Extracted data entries

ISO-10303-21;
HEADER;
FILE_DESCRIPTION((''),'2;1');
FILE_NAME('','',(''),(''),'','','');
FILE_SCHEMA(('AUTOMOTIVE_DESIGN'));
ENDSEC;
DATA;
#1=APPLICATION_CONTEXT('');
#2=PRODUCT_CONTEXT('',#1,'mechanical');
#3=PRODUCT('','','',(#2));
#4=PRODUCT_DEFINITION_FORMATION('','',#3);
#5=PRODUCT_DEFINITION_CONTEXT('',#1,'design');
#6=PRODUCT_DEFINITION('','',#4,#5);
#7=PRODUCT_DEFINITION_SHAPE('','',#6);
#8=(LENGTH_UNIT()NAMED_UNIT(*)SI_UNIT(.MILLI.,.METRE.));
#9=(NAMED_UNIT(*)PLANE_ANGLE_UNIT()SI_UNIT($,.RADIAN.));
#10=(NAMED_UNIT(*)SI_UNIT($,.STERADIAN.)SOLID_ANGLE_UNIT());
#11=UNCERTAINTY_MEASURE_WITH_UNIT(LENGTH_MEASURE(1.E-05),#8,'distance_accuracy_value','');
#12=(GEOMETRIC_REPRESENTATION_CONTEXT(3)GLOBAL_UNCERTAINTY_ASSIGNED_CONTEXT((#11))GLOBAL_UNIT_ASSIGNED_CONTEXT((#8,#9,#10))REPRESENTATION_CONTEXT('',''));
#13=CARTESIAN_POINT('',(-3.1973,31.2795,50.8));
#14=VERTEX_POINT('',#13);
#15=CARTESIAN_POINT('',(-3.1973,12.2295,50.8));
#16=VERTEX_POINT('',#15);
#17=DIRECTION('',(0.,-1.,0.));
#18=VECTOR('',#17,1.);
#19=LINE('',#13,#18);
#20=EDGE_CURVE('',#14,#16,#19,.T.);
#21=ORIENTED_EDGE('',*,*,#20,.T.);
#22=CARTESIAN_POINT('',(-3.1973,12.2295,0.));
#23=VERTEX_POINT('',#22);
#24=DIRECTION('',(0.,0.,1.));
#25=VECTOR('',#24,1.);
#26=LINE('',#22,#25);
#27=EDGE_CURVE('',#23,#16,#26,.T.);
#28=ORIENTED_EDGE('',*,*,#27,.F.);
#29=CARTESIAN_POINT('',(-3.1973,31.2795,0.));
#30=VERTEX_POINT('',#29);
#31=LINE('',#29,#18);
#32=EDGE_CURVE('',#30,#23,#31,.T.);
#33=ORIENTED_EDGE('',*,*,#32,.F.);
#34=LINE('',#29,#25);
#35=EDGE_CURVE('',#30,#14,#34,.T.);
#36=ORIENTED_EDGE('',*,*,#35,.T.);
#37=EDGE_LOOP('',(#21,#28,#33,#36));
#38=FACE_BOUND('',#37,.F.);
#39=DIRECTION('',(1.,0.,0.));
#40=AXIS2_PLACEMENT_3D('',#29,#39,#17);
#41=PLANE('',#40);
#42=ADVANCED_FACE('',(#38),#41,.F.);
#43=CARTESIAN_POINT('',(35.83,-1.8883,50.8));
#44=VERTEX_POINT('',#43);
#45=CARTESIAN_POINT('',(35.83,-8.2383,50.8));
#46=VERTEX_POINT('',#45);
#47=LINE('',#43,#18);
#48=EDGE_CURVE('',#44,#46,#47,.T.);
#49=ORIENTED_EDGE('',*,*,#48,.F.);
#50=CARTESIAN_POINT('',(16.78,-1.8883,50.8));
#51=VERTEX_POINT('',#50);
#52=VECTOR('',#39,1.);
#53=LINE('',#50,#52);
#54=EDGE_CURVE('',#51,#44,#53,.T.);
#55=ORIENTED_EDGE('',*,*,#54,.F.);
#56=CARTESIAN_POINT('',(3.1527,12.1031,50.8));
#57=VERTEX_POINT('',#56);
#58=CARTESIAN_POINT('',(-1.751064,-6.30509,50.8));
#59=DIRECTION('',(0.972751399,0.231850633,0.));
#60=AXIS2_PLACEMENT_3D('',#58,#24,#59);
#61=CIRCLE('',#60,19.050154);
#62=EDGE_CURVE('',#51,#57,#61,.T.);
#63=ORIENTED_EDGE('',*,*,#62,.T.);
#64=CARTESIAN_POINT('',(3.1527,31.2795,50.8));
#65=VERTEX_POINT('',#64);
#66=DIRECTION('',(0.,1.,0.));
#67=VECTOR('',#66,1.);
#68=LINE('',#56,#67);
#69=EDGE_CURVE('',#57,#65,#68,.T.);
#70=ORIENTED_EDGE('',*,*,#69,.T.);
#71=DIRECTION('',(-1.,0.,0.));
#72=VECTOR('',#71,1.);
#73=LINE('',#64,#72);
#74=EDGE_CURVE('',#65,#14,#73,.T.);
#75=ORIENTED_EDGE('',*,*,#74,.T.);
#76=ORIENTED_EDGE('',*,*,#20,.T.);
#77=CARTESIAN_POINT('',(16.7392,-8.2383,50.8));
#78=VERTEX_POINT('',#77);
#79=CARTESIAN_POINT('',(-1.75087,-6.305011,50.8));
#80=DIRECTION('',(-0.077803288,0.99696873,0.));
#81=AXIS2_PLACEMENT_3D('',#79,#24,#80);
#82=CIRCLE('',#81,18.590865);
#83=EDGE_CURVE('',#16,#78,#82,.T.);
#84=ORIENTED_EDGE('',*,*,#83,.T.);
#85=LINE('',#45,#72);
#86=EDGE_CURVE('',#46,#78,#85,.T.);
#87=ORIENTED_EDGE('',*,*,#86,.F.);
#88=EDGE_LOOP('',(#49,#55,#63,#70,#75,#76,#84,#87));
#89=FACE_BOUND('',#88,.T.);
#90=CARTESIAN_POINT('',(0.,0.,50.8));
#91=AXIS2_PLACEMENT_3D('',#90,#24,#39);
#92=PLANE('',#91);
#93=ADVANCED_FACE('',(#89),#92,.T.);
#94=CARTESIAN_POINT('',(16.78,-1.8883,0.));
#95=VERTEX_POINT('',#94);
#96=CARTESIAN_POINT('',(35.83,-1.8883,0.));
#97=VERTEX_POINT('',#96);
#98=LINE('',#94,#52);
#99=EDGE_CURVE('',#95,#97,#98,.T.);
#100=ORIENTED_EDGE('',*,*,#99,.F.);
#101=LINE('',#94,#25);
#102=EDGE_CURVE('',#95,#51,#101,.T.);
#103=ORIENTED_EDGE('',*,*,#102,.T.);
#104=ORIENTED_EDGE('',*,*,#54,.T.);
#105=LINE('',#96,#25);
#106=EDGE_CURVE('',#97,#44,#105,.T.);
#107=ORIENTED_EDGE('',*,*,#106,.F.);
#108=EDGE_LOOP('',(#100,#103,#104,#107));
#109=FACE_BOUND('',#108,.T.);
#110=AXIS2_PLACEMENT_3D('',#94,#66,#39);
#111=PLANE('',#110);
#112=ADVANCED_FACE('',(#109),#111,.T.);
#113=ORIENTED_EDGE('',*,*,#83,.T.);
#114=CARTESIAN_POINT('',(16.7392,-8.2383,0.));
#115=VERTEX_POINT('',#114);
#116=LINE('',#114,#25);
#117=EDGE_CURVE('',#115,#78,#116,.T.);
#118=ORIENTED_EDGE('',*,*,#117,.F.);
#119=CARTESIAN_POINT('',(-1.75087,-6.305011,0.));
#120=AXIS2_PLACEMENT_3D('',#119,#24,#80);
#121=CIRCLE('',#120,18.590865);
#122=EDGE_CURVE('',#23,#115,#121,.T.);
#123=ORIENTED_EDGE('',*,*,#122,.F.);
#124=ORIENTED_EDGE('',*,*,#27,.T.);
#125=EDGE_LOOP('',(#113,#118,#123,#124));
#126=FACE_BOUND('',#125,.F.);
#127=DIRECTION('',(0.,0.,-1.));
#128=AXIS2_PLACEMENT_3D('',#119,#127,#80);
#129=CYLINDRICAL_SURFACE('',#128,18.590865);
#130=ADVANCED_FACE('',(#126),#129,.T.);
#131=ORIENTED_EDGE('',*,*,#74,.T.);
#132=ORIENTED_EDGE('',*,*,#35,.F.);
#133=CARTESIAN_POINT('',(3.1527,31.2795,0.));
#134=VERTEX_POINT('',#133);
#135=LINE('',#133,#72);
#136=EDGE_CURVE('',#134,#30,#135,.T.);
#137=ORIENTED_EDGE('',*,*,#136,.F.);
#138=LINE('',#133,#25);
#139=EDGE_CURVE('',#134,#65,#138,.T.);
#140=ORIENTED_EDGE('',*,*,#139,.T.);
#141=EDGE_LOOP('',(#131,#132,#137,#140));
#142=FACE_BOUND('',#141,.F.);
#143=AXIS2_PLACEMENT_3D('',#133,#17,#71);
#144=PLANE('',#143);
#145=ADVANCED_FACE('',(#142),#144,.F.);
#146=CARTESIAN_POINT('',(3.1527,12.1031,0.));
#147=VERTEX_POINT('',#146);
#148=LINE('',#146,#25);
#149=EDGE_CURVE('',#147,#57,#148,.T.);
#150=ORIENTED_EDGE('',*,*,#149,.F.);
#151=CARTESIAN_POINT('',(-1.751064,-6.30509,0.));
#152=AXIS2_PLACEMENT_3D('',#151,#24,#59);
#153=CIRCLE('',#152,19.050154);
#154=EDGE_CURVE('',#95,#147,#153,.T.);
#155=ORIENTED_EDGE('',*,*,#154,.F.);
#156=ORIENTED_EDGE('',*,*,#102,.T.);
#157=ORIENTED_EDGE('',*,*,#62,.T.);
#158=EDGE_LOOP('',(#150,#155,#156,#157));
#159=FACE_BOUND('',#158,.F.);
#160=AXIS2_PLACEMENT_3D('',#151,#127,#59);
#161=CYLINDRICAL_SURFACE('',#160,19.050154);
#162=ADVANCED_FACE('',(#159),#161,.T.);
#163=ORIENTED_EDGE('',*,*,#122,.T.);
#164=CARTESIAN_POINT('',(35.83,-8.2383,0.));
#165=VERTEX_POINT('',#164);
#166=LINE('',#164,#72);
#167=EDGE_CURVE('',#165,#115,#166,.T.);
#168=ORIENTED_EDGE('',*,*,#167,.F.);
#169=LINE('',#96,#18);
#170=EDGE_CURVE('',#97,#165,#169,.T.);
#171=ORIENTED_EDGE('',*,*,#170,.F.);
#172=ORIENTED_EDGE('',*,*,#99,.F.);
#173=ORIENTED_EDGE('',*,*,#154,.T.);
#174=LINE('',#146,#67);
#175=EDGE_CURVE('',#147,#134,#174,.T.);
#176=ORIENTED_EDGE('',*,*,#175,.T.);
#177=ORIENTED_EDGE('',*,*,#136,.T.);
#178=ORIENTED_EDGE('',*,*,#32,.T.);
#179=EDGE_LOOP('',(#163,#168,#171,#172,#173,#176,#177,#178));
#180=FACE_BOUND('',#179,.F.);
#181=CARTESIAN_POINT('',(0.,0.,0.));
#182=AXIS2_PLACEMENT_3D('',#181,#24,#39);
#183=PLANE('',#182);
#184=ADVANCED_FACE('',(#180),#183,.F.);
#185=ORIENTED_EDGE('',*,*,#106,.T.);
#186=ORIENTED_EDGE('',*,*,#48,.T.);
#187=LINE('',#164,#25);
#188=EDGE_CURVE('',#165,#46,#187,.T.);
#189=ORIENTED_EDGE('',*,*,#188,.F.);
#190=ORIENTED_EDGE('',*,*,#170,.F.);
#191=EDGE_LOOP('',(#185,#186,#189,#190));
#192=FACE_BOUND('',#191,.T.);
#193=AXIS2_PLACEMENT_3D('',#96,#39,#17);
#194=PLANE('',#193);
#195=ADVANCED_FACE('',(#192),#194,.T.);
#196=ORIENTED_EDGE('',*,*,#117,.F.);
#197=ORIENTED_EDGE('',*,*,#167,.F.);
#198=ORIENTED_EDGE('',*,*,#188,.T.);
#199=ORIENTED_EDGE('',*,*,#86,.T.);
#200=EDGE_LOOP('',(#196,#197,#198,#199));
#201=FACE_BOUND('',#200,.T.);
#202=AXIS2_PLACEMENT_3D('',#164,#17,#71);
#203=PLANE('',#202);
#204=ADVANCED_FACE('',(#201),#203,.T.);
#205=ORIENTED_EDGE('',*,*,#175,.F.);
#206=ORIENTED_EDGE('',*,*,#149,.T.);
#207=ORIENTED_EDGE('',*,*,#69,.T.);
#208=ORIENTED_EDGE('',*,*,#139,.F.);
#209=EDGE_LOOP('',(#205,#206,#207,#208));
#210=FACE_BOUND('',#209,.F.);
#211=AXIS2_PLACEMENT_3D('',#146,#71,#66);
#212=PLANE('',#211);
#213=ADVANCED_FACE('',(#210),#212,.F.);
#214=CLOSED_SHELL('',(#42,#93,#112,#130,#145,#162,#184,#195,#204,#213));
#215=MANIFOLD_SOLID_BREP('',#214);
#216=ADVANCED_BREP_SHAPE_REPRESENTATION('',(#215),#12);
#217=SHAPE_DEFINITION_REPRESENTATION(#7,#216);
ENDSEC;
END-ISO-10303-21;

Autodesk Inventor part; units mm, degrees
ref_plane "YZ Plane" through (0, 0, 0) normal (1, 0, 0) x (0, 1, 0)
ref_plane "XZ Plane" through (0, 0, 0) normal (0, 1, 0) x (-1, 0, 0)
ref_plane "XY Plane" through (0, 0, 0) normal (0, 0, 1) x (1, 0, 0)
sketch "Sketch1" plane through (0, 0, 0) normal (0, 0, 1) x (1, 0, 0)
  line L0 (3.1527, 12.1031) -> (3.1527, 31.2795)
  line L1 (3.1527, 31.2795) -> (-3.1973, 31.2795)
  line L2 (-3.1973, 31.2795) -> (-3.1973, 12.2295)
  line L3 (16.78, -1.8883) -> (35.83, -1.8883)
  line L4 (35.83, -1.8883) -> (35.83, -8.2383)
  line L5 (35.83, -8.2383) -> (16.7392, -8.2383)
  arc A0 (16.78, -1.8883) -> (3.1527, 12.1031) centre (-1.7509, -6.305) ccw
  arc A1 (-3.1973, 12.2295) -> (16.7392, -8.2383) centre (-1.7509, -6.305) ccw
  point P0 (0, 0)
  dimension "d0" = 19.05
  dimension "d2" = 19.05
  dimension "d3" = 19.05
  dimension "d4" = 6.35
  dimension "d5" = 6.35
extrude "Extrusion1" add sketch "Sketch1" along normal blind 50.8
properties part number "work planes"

■ **Exercise brief**: Print exactly the lines above from the one with "#88=EDGE_LOOP('',(#49,#55,#63,#70,#75,#76,#84,#87));" to the one with "#108=EDGE_LOOP('',(#100,#103,#104,#107));", including both.

■ **Reply**:
#88=EDGE_LOOP('',(#49,#55,#63,#70,#75,#76,#84,#87));
#89=FACE_BOUND('',#88,.T.);
#90=CARTESIAN_POINT('',(0.,0.,50.8));
#91=AXIS2_PLACEMENT_3D('',#90,#24,#39);
#92=PLANE('',#91);
#93=ADVANCED_FACE('',(#89),#92,.T.);
#94=CARTESIAN_POINT('',(16.78,-1.8883,0.));
#95=VERTEX_POINT('',#94);
#96=CARTESIAN_POINT('',(35.83,-1.8883,0.));
#97=VERTEX_POINT('',#96);
#98=LINE('',#94,#52);
#99=EDGE_CURVE('',#95,#97,#98,.T.);
#100=ORIENTED_EDGE('',*,*,#99,.F.);
#101=LINE('',#94,#25);
#102=EDGE_CURVE('',#95,#51,#101,.T.);
#103=ORIENTED_EDGE('',*,*,#102,.T.);
#104=ORIENTED_EDGE('',*,*,#54,.T.);
#105=LINE('',#96,#25);
#106=EDGE_CURVE('',#97,#44,#105,.T.);
#107=ORIENTED_EDGE('',*,*,#106,.F.);
#108=EDGE_LOOP('',(#100,#103,#104,#107));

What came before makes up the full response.